Block 4: Live dashboard
- InfluxDB on Amazon Elastic Kubernetes Service (Amazon EKS):
- Amazon EKS is a managed container service that you can use to run and scale Kubernetes applications in the cloud or on premises. InfluxDB is an open-source TSDB developed by InfluxData. It is a well-performing data store for retrieval of IoT time series data.
- InfluxDB is an open-source time series database (TSDB) developed by InfluxData and is a performant data store for retrieval of IoT time series data. Both Locuz and Greenko had previous experience working with InfluxDB, and we determined that InfluxDB would be the ideal choice for a time series data store. As InfluxDB is open source, there were no licensing cost associated with InfluxDB leading to an efficient cost to performance ratio. In order to make the setup serverless, we launched InfluxDB on a Kubernetes cluster using Amazon EKS. Amazon EKS provisions and scales the Kubernetes control plane, including the application programming interface (API) servers and backend persistence layer, across multiple Availability Zones for high availability and fault tolerance. Amazon EKS automatically detects and replaces unhealthy control plane nodes and patches the control plane.

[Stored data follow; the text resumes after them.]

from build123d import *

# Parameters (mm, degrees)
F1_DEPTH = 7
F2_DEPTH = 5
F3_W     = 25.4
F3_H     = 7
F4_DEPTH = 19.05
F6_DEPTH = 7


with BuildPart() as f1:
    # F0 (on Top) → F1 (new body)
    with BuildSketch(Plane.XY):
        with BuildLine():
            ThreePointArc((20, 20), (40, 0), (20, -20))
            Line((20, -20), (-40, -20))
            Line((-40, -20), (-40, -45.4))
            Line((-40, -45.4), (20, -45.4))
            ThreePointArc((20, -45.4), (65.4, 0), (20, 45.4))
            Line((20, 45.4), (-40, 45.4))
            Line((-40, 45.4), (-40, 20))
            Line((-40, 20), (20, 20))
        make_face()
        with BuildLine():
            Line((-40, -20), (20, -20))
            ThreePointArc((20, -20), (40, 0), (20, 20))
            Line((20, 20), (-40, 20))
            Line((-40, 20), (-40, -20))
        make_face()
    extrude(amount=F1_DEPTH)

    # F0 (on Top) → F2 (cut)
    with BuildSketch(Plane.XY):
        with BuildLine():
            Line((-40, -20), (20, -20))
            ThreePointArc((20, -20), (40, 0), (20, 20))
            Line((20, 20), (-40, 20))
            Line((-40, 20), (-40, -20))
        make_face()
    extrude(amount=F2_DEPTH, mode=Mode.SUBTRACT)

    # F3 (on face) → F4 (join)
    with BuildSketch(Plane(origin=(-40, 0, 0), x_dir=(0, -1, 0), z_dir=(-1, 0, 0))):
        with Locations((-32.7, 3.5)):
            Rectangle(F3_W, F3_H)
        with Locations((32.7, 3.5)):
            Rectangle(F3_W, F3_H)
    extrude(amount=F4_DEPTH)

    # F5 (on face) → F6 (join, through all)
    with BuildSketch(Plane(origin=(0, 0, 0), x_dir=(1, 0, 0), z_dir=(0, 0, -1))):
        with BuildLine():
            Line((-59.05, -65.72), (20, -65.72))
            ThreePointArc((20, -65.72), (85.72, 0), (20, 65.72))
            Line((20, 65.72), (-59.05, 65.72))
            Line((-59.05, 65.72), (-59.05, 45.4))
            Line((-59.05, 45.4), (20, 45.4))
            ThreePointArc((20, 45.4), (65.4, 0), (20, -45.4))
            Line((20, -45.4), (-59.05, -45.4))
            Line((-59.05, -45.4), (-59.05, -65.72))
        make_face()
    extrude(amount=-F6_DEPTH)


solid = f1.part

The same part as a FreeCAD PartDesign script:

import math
import FreeCAD as App
import Part
import Sketcher
Q = App.Units.Quantity


def add_polygon(sketch, points):
    """Adds a closed chain of lines whose ends are joined by coincident constraints."""
    first, n = sketch.GeometryCount, len(points)
    for a, b in zip(points, points[1:] + points[:1]):
        sketch.addGeometry(Part.LineSegment(App.Vector(*a, 0), App.Vector(*b, 0)), False)
    for i in range(n):
        sketch.addConstraint(Sketcher.Constraint("Coincident", first + i, 2, first + (i + 1) % n, 1))

doc = App.newDocument("Part")
body = doc.addObject("PartDesign::Body", "Body")

# Sketch on XY plane
sketch1 = doc.addObject("Sketcher::SketchObject", "Sketch")
body.addObject(sketch1)
sketch1.AttachmentSupport = (doc.XY_Plane, [""])
sketch1.MapMode = "FlatFace"
sketch1.addGeometry([
    Part.LineSegment(App.Vector(-40, -45, 0), App.Vector(20, -45, 0)),
    Part.ArcOfCircle(Part.Circle(App.Vector(20, 0, 0), App.Vector(0, 0, 1), 45), math.radians(-90), math.radians(90)),
    Part.LineSegment(App.Vector(20, 45, 0), App.Vector(-40, 45, 0)),
    Part.LineSegment(App.Vector(-40, 45, 0), App.Vector(-40, -45, 0)),
], False)
sketch1.addConstraint([
    Sketcher.Constraint("Tangent", 0, 2, 1, 1),
    Sketcher.Constraint("Tangent", 1, 2, 2, 1),
    Sketcher.Constraint("Coincident", 2, 2, 3, 1),
    Sketcher.Constraint("Coincident", 3, 2, 0, 1),
    Sketcher.Constraint("Horizontal", 0),
    Sketcher.Constraint("Horizontal", 2),
    Sketcher.Constraint("Vertical", 3),
    Sketcher.Constraint("PointOnObject", 1, 3, -1),
    Sketcher.Constraint("Radius", 1, Q("45.4 mm")),
    Sketcher.Constraint("DistanceX", 0, 1, 0, 2, Q("60 mm")),
    Sketcher.Constraint("DistanceX", -1, 1, 1, 3, Q("20 mm")),
])
pad1 = doc.addObject("PartDesign::Pad", "Pad")
body.addObject(pad1)
pad1.Profile = sketch1
pad1.Length = 7

# Sketch on XY plane
sketch2 = doc.addObject("Sketcher::SketchObject", "Sketch001")
body.addObject(sketch2)
sketch2.AttachmentSupport = (doc.XY_Plane, [""])
sketch2.MapMode = "FlatFace"
sketch2.addGeometry([
    Part.LineSegment(App.Vector(-40, -20, 0), App.Vector(20, -20, 0)),
    Part.ArcOfCircle(Part.Circle(App.Vector(20, 0, 0), App.Vector(0, 0, 1), 20), math.radians(-90), math.radians(90)),
    Part.LineSegment(App.Vector(20, 20, 0), App.Vector(-40, 20, 0)),
    Part.LineSegment(App.Vector(-40, 20, 0), App.Vector(-40, -20, 0)),
], False)
sketch2.addConstraint([
    Sketcher.Constraint("Tangent", 0, 2, 1, 1),
    Sketcher.Constraint("Tangent", 1, 2, 2, 1),
    Sketcher.Constraint("Coincident", 2, 2, 3, 1),
    Sketcher.Constraint("Coincident", 3, 2, 0, 1),
    Sketcher.Constraint("Horizontal", 0),
    Sketcher.Constraint("Horizontal", 2),
    Sketcher.Constraint("Vertical", 3),
    Sketcher.Constraint("PointOnObject", 1, 3, -1),
    Sketcher.Constraint("Radius", 1, Q("20 mm")),
    Sketcher.Constraint("DistanceX", 0, 1, 0, 2, Q("60 mm")),
    Sketcher.Constraint("DistanceX", -1, 1, 1, 3, Q("20 mm")),
])
pocket1 = doc.addObject("PartDesign::Pocket", "Pocket")
body.addObject(pocket1)
pocket1.Profile = sketch2
pocket1.Length = 5
pocket1.Reversed = True

# Sketch on YZ plane
sketch3 = doc.addObject("Sketcher::SketchObject", "Sketch002")
body.addObject(sketch3)
sketch3.AttachmentSupport = (doc.YZ_Plane, [""])
sketch3.MapMode = "FlatFace"
sketch3.AttachmentOffset = App.Placement(App.Vector(0, 0, -40), App.Rotation())
add_polygon(sketch3, [(45, 7), (45, 0), (20, 0), (20, 7)])  # lines 0-3
add_polygon(sketch3, [(-20, 7), (-20, 0), (-45, 0), (-45, 7)])  # lines 4-7
sketch3.addConstraint([
    Sketcher.Constraint("Vertical", 0),
    Sketcher.Constraint("Horizontal", 1),
    Sketcher.Constraint("Vertical", 2),
    Sketcher.Constraint("Horizontal", 3),
    Sketcher.Constraint("Vertical", 4),
    Sketcher.Constraint("Horizontal", 5),
    Sketcher.Constraint("Vertical", 6),
    Sketcher.Constraint("Horizontal", 7),
    Sketcher.Constraint("Symmetric", 1, 2, 4, 2, -1, 1),
    Sketcher.Constraint("Symmetric", 0, 2, 5, 2, -2),
    Sketcher.Constraint("Horizontal", 3, 2, 6, 2),
    Sketcher.Constraint("DistanceY", 0, 2, 0, 1, Q("7 mm")),
    Sketcher.Constraint("DistanceX", 1, 2, 1, 1, Q("25.4 mm")),
    Sketcher.Constraint("DistanceX", -1, 1, 1, 2, Q("20 mm")),
])
pad2 = doc.addObject("PartDesign::Pad", "Pad001")
body.addObject(pad2)
pad2.Profile = sketch3
pad2.Length = 19.05
pad2.Reversed = True

# Sketch on XY plane
sketch4 = doc.addObject("Sketcher::SketchObject", "Sketch003")
body.addObject(sketch4)
sketch4.AttachmentSupport = (doc.XY_Plane, [""])
sketch4.MapMode = "FlatFace"
sketch4.addGeometry([
    Part.LineSegment(App.Vector(-59, 66, 0), App.Vector(20, 66, 0)),  # 0
    Part.ArcOfCircle(Part.Circle(App.Vector(20, 0, 0), App.Vector(0, 0, 1), 66), math.radians(-90), math.radians(90)),  # 1
    Part.LineSegment(App.Vector(20, -66, 0), App.Vector(-59, -66, 0)),  # 2
    Part.LineSegment(App.Vector(-59, -66, 0), App.Vector(-59, -45, 0)),  # 3
    Part.LineSegment(App.Vector(-59, -45, 0), App.Vector(20, -45, 0)),  # 4
    Part.ArcOfCircle(Part.Circle(App.Vector(20, 0, 0), App.Vector(0, 0, 1), 45), math.radians(-90), math.radians(90)),  # 5
    Part.LineSegment(App.Vector(20, 45, 0), App.Vector(-59, 45, 0)),  # 6
    Part.LineSegment(App.Vector(-59, 45, 0), App.Vector(-59, 66, 0)),  # 7
], False)
sketch4.addConstraint([
    Sketcher.Constraint("Tangent", 0, 2, 1, 2),
    Sketcher.Constraint("Tangent", 1, 1, 2, 1),
    Sketcher.Constraint("Coincident", 2, 2, 3, 1),
    Sketcher.Constraint("Coincident", 3, 2, 4, 1),
    Sketcher.Constraint("Tangent", 4, 2, 5, 1),
    Sketcher.Constraint("Tangent", 5, 2, 6, 1),
    Sketcher.Constraint("Coincident", 6, 2, 7, 1),
    Sketcher.Constraint("Coincident", 7, 2, 0, 1),
    Sketcher.Constraint("Horizontal", 0),
    Sketcher.Constraint("Horizontal", 2),
    Sketcher.Constraint("Vertical", 3),
    Sketcher.Constraint("Horizontal", 4),
    Sketcher.Constraint("Horizontal", 6),
    Sketcher.Constraint("Vertical", 7),
    Sketcher.Constraint("Coincident", 5, 3, 1, 3),
    Sketcher.Constraint("Symmetric", 3, 2, 6, 2, -1),
    Sketcher.Constraint("Radius", 5, Q("45.4 mm")),
    Sketcher.Constraint("Radius", 1, Q("65.72 mm")),
    Sketcher.Constraint("DistanceX", -1, 1, 1, 3, Q("20 mm")),
    Sketcher.Constraint("DistanceX", 0, 1, 0, 2, Q("79.05 mm")),
])
pad3 = doc.addObject("PartDesign::Pad", "Pad002")
body.addObject(pad3)
pad3.Profile = sketch4
pad3.Type = "UpToLast"

doc.recompute()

- However, although InfluxData provides a highly available InfluxDB option called InfluxDB Cloud, it provides it only in the AWS US-East and AWS US-West Regions. The Greenko solution is based completely in the AWS Asia Pacific (Mumbai) Region, and the Greenko team wanted grassroots-level control over the cluster. This could only be achieved if InfluxDB was set up independently, so we use Amazon EKS to do the heavy lifting of creating and managing clusters. InfluxDB holds the hot data for 48 hours, then deletes it. With the live dashboard available for only the past 48 hours of data, we avoid having unnecessary and redundant data.

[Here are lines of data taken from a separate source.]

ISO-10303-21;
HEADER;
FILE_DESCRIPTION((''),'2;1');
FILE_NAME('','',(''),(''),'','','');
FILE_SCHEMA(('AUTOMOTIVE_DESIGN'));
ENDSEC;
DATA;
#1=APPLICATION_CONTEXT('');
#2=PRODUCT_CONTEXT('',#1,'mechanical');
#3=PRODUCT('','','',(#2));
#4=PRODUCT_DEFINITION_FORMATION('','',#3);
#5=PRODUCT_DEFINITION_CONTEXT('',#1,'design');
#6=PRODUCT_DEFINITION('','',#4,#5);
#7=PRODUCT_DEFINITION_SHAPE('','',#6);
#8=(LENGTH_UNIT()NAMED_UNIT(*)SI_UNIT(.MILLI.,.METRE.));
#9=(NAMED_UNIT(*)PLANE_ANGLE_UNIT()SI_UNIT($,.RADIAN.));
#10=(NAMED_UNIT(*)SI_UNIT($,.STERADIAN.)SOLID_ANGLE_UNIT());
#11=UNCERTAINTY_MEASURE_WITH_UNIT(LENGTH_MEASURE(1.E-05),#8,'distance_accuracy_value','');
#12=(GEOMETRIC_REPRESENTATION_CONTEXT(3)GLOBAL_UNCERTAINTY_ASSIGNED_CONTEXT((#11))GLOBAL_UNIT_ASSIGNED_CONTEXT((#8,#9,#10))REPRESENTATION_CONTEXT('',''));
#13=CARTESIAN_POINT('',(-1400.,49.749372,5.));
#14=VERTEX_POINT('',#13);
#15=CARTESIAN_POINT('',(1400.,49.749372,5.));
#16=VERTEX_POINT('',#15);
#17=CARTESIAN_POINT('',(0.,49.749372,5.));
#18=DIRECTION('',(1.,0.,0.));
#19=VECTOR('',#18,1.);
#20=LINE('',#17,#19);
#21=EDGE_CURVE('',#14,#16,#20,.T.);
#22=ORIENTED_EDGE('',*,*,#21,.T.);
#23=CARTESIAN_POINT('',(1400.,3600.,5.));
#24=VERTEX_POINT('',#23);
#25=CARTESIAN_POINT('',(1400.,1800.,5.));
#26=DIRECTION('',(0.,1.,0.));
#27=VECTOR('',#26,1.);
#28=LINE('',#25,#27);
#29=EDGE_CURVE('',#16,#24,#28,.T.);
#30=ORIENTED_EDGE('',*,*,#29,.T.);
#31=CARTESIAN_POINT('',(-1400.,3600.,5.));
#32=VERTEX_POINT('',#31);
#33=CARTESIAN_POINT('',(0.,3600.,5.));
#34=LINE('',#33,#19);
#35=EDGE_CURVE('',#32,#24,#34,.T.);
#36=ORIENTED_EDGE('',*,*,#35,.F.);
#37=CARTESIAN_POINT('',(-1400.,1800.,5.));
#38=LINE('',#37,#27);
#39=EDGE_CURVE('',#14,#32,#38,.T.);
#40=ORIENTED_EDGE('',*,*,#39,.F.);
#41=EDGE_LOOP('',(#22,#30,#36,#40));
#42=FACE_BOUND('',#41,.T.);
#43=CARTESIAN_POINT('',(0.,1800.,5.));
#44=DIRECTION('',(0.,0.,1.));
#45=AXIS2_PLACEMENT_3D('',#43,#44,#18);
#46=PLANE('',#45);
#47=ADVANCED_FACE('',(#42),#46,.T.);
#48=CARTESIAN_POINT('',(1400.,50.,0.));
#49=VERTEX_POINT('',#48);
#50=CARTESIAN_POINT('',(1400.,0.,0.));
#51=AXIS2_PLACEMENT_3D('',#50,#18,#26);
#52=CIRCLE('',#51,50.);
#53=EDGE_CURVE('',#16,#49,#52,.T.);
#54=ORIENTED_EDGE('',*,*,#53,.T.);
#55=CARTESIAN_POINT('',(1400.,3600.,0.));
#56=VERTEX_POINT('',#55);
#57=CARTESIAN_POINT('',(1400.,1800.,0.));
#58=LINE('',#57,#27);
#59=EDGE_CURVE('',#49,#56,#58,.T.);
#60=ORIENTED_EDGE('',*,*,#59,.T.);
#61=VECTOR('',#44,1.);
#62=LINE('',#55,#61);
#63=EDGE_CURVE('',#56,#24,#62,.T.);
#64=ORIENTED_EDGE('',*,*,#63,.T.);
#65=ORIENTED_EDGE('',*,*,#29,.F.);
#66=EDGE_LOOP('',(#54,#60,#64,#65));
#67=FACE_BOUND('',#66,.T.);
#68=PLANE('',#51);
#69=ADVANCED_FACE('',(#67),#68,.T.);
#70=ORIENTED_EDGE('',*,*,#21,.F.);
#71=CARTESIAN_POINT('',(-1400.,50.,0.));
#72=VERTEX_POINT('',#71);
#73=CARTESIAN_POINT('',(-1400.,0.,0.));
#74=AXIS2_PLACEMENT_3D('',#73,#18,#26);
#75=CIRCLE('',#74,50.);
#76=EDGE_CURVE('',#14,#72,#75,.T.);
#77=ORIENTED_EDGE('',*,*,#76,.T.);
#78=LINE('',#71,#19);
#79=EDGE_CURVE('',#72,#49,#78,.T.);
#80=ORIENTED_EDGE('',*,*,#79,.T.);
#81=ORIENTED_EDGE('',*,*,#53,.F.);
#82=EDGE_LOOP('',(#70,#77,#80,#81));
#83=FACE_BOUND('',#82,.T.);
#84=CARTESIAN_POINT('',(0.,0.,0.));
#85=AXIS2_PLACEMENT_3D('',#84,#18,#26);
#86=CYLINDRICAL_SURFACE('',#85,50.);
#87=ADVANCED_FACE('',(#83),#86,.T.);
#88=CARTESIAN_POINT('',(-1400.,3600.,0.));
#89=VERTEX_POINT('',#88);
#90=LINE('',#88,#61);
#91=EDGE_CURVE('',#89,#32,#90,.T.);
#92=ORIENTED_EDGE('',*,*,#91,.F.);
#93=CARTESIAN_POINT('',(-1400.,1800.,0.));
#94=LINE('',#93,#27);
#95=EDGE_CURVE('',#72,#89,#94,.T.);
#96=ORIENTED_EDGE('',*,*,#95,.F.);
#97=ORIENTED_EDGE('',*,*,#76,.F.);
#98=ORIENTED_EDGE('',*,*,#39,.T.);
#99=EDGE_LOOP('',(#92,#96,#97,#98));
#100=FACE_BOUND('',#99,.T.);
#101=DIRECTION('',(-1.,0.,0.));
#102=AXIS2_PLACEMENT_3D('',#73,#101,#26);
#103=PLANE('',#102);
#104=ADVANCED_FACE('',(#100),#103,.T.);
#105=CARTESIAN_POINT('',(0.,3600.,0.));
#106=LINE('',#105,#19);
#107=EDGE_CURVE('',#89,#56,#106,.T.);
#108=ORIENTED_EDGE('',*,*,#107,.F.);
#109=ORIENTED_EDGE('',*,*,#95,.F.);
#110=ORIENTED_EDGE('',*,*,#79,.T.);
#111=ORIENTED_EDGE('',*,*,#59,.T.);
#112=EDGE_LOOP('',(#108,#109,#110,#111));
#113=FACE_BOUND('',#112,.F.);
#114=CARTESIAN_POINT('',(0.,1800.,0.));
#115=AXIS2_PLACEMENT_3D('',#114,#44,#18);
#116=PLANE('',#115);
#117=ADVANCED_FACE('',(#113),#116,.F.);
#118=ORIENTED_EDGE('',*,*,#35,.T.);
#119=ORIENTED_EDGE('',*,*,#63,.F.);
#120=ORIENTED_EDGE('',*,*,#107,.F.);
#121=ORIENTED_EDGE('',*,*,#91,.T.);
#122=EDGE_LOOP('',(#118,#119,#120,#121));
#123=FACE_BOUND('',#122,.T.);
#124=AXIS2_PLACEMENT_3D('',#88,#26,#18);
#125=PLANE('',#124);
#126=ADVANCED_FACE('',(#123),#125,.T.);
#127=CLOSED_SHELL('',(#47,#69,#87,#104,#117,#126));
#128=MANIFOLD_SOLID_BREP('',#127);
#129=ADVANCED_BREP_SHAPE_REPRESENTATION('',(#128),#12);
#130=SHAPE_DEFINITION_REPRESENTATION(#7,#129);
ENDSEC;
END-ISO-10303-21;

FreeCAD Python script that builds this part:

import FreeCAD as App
import Part
import Sketcher

doc = App.newDocument("Part")
body = doc.addObject("PartDesign::Body", "Body")

# Sketch on XY plane
sketch1 = body.newObject("Sketcher::SketchObject", "Sketch")
sketch1.AttachmentSupport = (doc.getObject("XY_Plane"), [""])
sketch1.MapMode = "FlatFace"
sketch1.addGeometry([
    Part.LineSegment(App.Vector(-1400, 3600, 0), App.Vector(-1400, 0, 0)),
    Part.LineSegment(App.Vector(-1400, 0, 0), App.Vector(1400, 0, 0)),
    Part.LineSegment(App.Vector(1400, 0, 0), App.Vector(1400, 3600, 0)),
    Part.LineSegment(App.Vector(1400, 3600, 0), App.Vector(-1400, 3600, 0)),
], False)
sketch1.addConstraint([
    Sketcher.Constraint("Coincident", 0, 2, 1, 1),
    Sketcher.Constraint("Coincident", 1, 2, 2, 1),
    Sketcher.Constraint("Coincident", 2, 2, 3, 1),
    Sketcher.Constraint("Coincident", 3, 2, 0, 1),
    Sketcher.Constraint("Vertical", 0),
    Sketcher.Constraint("Horizontal", 1),
    Sketcher.Constraint("Vertical", 2),
    Sketcher.Constraint("Horizontal", 3),
    Sketcher.Constraint("Symmetric", 0, 2, 1, 2, -1, 1),
    Sketcher.Constraint("DistanceX", 1, 1, 1, 2, 2800.0),
    Sketcher.Constraint("DistanceY", 0, 2, 0, 1, 3600.0),
])
pad1 = body.newObject("PartDesign::Pad", "Pad")
pad1.Profile = sketch1
pad1.Length = 5

# Sketch on YZ plane
sketch2 = body.newObject("Sketcher::SketchObject", "Sketch001")
sketch2.AttachmentSupport = (doc.getObject("YZ_Plane"), [""])
sketch2.MapMode = "FlatFace"
sketch2.addGeometry(Part.Circle(App.Vector(0, 0, 0), App.Vector(0, 0, 1), 50), False)
sketch2.addConstraint([
    Sketcher.Constraint("Coincident", 0, 3, -1, 1),
    Sketcher.Constraint("Diameter", 0, 100.0),
])
pad2 = body.newObject("PartDesign::Pad", "Pad001")
pad2.Profile = sketch2
pad2.Length = 2800
pad2.Midplane = True

doc.recompute()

Grafana on Amazon EKS: Grafana is a multiplatform open-source analytics and interactive visualization web application. It provides charts, graphs, and alerts for the web when connected to supported data sources. It easily connects with InfluxDB and has a number of plugins for various graphs. Within a short time, we can get insightful visualizations into our time series data. We set up Grafana on Kubernetes using Amazon EKS. Below are few screenshots of the Grafana live dashboard.
Determining the costs
Once the MVP was live, we let it run for 1 month. At the end, the AWS cost of running the solution was approximately $8.00 per wind turbine per month. In return for a cost of $8 per month per wind asset (worth $1 million or more each), Greenko gets the following benefits:
- Complete serverless solutions with little to no infrastructure to manage
- Secure connectivity from edge to the cloud
- A highly available and scalable IoT data lake
- A live operational dashboard with a latency of 1 minute
Looking to the future
In the future, Greenko will continue to work with the AWS team to onboard approximately 1,100 wind turbines to the cloud. Greenko will soon expand this effort to solar and hydro assets as well. At the same time, Greenko will continue to collaborate closely with the AWS team on its goals of establishing integrated renewable energy projects and deploying ML-based predictive maintenance and energy forecasting use cases.